— Work task —
Please write out, exactly, every line of the listing from its first line through the one that includes "#5=PRODUCT_DEFINITION_CONTEXT('',#1,'design');".

— Available data —

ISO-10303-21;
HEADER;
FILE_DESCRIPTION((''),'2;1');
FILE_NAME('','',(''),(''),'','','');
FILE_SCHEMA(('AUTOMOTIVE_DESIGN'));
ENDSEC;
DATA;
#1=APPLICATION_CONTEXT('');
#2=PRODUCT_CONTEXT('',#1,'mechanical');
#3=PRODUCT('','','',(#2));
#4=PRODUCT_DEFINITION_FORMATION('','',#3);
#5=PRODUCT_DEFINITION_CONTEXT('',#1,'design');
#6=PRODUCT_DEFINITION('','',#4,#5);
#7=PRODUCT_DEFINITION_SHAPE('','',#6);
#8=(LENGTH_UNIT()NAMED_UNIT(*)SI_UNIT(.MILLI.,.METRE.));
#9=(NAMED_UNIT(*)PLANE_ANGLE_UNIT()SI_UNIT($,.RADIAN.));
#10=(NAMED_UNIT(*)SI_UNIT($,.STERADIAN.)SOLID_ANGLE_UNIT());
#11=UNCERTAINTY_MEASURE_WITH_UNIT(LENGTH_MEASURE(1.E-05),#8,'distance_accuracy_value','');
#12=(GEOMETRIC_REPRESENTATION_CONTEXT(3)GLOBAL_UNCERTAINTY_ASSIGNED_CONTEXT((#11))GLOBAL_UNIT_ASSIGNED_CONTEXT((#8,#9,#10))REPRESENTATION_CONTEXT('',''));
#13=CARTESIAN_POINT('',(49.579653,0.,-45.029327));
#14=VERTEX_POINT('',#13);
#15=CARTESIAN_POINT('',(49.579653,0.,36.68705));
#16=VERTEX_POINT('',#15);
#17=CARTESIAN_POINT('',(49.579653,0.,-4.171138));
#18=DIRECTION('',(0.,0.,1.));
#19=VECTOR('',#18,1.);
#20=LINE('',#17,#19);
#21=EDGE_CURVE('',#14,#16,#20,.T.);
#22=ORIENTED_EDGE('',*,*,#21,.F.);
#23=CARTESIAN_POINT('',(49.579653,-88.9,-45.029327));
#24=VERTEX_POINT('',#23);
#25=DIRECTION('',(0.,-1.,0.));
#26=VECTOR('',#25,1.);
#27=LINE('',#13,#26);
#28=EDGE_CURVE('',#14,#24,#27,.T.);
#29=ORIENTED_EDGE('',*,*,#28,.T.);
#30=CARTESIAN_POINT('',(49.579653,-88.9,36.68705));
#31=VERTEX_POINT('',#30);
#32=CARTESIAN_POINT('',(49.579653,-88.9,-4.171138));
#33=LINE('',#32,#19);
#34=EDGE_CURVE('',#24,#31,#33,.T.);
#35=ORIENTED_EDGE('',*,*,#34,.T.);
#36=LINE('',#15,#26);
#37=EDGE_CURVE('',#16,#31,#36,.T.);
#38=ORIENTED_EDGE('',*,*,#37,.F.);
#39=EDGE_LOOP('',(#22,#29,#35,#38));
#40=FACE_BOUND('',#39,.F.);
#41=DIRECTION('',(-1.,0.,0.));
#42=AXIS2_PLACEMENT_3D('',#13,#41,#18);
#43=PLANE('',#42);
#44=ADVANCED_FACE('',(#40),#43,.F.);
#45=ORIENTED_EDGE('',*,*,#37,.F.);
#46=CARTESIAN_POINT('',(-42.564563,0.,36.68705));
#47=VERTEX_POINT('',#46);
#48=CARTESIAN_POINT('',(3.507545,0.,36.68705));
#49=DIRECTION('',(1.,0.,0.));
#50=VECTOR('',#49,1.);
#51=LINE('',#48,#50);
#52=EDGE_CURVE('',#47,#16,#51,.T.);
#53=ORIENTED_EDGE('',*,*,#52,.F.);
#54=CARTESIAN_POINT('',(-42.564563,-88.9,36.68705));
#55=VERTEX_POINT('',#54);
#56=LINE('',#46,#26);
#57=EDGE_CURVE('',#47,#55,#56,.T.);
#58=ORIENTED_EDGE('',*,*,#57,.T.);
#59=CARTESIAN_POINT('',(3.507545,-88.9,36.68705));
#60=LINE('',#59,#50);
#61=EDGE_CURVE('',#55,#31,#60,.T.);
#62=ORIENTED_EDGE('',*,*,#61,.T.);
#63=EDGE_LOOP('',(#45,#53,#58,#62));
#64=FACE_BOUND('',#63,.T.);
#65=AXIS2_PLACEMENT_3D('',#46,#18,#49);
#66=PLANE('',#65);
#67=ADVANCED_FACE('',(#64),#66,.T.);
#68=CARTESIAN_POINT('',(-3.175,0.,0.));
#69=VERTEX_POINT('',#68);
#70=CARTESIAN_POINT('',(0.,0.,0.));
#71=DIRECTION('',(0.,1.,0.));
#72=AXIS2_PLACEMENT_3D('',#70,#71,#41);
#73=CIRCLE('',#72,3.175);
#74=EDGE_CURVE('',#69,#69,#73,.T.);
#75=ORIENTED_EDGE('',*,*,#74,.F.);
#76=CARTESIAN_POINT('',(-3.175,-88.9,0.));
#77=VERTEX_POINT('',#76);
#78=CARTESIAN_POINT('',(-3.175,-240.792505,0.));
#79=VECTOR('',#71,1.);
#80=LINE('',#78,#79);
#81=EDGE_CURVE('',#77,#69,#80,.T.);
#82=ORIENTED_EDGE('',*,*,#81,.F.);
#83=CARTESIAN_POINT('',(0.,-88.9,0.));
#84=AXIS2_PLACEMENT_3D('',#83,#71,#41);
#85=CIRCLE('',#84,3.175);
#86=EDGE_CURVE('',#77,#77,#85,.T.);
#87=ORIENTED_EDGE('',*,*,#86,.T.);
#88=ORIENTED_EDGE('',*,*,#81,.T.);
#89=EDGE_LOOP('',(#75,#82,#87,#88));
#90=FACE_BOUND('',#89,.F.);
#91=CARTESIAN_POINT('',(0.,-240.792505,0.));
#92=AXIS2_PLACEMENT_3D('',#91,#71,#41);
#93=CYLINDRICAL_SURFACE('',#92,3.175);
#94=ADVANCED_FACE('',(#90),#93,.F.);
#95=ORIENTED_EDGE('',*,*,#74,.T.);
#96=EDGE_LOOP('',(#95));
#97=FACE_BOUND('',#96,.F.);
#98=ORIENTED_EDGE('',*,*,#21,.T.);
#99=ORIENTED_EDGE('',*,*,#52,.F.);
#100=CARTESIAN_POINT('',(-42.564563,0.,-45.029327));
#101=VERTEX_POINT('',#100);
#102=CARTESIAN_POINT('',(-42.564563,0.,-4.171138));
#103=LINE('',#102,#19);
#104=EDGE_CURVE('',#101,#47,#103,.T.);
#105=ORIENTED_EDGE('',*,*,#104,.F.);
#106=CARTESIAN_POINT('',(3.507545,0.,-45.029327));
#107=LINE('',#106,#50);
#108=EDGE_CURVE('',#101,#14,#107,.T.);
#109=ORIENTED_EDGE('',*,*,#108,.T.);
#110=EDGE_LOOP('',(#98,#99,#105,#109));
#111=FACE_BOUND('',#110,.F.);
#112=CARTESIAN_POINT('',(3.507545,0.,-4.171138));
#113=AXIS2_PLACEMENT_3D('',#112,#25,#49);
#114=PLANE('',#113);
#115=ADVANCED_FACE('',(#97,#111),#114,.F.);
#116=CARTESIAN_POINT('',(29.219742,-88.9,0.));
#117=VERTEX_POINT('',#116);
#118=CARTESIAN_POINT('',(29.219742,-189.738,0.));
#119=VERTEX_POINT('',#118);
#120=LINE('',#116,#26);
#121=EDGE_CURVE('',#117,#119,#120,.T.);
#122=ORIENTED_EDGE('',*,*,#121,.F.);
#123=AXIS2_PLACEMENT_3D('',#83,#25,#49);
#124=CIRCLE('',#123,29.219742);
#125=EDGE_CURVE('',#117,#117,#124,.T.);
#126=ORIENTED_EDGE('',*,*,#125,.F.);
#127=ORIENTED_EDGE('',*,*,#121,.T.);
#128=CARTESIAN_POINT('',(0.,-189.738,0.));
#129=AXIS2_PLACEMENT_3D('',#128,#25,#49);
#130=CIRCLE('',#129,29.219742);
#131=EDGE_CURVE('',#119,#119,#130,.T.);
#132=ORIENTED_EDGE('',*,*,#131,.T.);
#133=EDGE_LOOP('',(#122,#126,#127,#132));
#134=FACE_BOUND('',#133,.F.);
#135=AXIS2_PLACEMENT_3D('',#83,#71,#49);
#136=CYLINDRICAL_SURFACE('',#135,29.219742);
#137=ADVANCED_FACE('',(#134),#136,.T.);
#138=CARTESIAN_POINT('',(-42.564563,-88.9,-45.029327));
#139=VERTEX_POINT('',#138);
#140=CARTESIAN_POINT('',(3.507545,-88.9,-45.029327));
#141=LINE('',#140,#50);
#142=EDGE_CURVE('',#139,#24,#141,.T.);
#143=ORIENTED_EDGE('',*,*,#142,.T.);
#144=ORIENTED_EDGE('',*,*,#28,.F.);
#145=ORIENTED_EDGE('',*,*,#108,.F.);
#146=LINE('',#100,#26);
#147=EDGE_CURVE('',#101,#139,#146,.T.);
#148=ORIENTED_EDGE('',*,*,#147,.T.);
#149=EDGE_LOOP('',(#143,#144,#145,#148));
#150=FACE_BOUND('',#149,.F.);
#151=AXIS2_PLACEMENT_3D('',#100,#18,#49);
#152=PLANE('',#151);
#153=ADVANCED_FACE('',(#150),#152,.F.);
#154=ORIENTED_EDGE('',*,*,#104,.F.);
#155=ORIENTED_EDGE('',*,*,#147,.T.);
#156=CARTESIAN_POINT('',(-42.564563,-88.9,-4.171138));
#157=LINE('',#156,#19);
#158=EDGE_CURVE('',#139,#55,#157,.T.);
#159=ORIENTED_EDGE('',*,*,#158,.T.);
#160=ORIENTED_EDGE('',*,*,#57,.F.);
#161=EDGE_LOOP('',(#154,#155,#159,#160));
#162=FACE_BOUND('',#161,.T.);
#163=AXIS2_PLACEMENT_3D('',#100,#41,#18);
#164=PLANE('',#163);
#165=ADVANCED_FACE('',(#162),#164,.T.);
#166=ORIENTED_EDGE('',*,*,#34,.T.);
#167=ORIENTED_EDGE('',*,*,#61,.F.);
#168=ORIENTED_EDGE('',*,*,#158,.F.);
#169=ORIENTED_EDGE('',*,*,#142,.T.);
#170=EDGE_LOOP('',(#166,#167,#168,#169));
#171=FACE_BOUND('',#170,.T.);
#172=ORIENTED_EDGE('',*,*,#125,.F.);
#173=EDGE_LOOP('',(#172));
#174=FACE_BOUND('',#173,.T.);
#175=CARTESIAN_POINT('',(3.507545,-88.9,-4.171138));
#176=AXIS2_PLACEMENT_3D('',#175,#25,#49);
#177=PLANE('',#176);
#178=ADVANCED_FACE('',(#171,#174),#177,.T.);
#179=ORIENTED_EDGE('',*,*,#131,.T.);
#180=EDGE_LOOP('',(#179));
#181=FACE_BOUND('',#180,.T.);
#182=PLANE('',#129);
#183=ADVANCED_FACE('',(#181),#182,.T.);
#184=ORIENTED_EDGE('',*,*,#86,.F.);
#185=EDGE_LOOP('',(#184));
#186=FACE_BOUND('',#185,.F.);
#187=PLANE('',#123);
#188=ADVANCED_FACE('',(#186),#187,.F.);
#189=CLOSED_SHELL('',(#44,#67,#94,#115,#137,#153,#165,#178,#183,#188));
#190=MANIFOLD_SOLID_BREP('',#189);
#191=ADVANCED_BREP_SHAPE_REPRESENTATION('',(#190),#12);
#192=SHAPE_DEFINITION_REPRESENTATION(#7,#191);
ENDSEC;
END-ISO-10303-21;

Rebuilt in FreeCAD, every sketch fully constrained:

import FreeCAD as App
import Part
import Sketcher
Q = App.Units.Quantity


def add_polygon(sketch, points):
    """Adds a closed chain of lines whose ends are joined by coincident constraints."""
    first, n = sketch.GeometryCount, len(points)
    for a, b in zip(points, points[1:] + points[:1]):
        sketch.addGeometry(Part.LineSegment(App.Vector(*a, 0), App.Vector(*b, 0)), False)
    for i in range(n):
        sketch.addConstraint(Sketcher.Constraint("Coincident", first + i, 2, first + (i + 1) % n, 1))

doc = App.newDocument("Part")
body = doc.addObject("PartDesign::Body", "Body")

sketch1 = body.newObject("Sketcher::SketchObject", "Sketch")
sketch1.AttachmentSupport = (doc.getObject("XZ_Plane"), [""])
sketch1.MapMode = "FlatFace"
add_polygon(sketch1, [(-43, 37), (-43, -45), (50, -45), (50, 37)])
sketch1.addConstraint([
    Sketcher.Constraint("Vertical", 0),
    Sketcher.Constraint("Horizontal", 1),
    Sketcher.Constraint("Vertical", 2),
    Sketcher.Constraint("Horizontal", 3),
    Sketcher.Constraint("DistanceX", 1, 1, 1, 2, 92.144217),
    Sketcher.Constraint("DistanceY", 0, 2, 0, 1, 81.716377),
    Sketcher.Constraint("DistanceY", -1, 1, 2, 2, 36.68705),
    Sketcher.Constraint("DistanceX", 0, 2, -1, 1, 42.564563),
])
pad1 = body.newObject("PartDesign::Pad", "Pad")
pad1.Profile = sketch1
pad1.Length = Q("3.5 in")

sketch2 = body.newObject("Sketcher::SketchObject", "Sketch001")
sketch2.AttachmentSupport = (doc.getObject("XZ_Plane"), [""])
sketch2.MapMode = "FlatFace"
sketch2.AttachmentOffset = App.Placement(App.Vector(0, 0, 3.5 * 25.4), App.Rotation())
sketch2.addGeometry(Part.Circle(App.Vector(0, 0, 0), App.Vector(0, 0, 1), 3.2), False)
sketch2.addConstraint([
    Sketcher.Constraint("Coincident", 0, 3, -1, 1),
    Sketcher.Constraint("Diameter", 0, Q("0.25 in")),
])
doc.recompute()
hole = body.newObject("PartDesign::Hole", "Hole")
hole.Profile = sketch2
hole.ThreadType = "None"
hole.Diameter = Q("0.25 in")
hole.DepthType = "ThroughAll"

sketch3 = body.newObject("Sketcher::SketchObject", "Sketch002")
sketch3.AttachmentSupport = (doc.getObject("XZ_Plane"), [""])
sketch3.MapMode = "FlatFace"
sketch3.AttachmentOffset = App.Placement(App.Vector(0, 0, 3.5 * 25.4), App.Rotation())
sketch3.addGeometry(Part.Circle(App.Vector(0, 0, 0), App.Vector(0, 0, 1), 29), False)
sketch3.addConstraint([
    Sketcher.Constraint("Coincident", 0, 3, -1, 1),
    Sketcher.Constraint("Diameter", 0, 58.439484),
])
pad2 = body.newObject("PartDesign::Pad", "Pad001")
pad2.Profile = sketch3
pad2.Length = Q("3.97 in")

doc.recompute()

— Solution to this exercise —
ISO-10303-21;
HEADER;
FILE_DESCRIPTION((''),'2;1');
FILE_NAME('','',(''),(''),'','','');
FILE_SCHEMA(('AUTOMOTIVE_DESIGN'));
ENDSEC;
DATA;
#1=APPLICATION_CONTEXT('');
#2=PRODUCT_CONTEXT('',#1,'mechanical');
#3=PRODUCT('','','',(#2));
#4=PRODUCT_DEFINITION_FORMATION('','',#3);
#5=PRODUCT_DEFINITION_CONTEXT('',#1,'design');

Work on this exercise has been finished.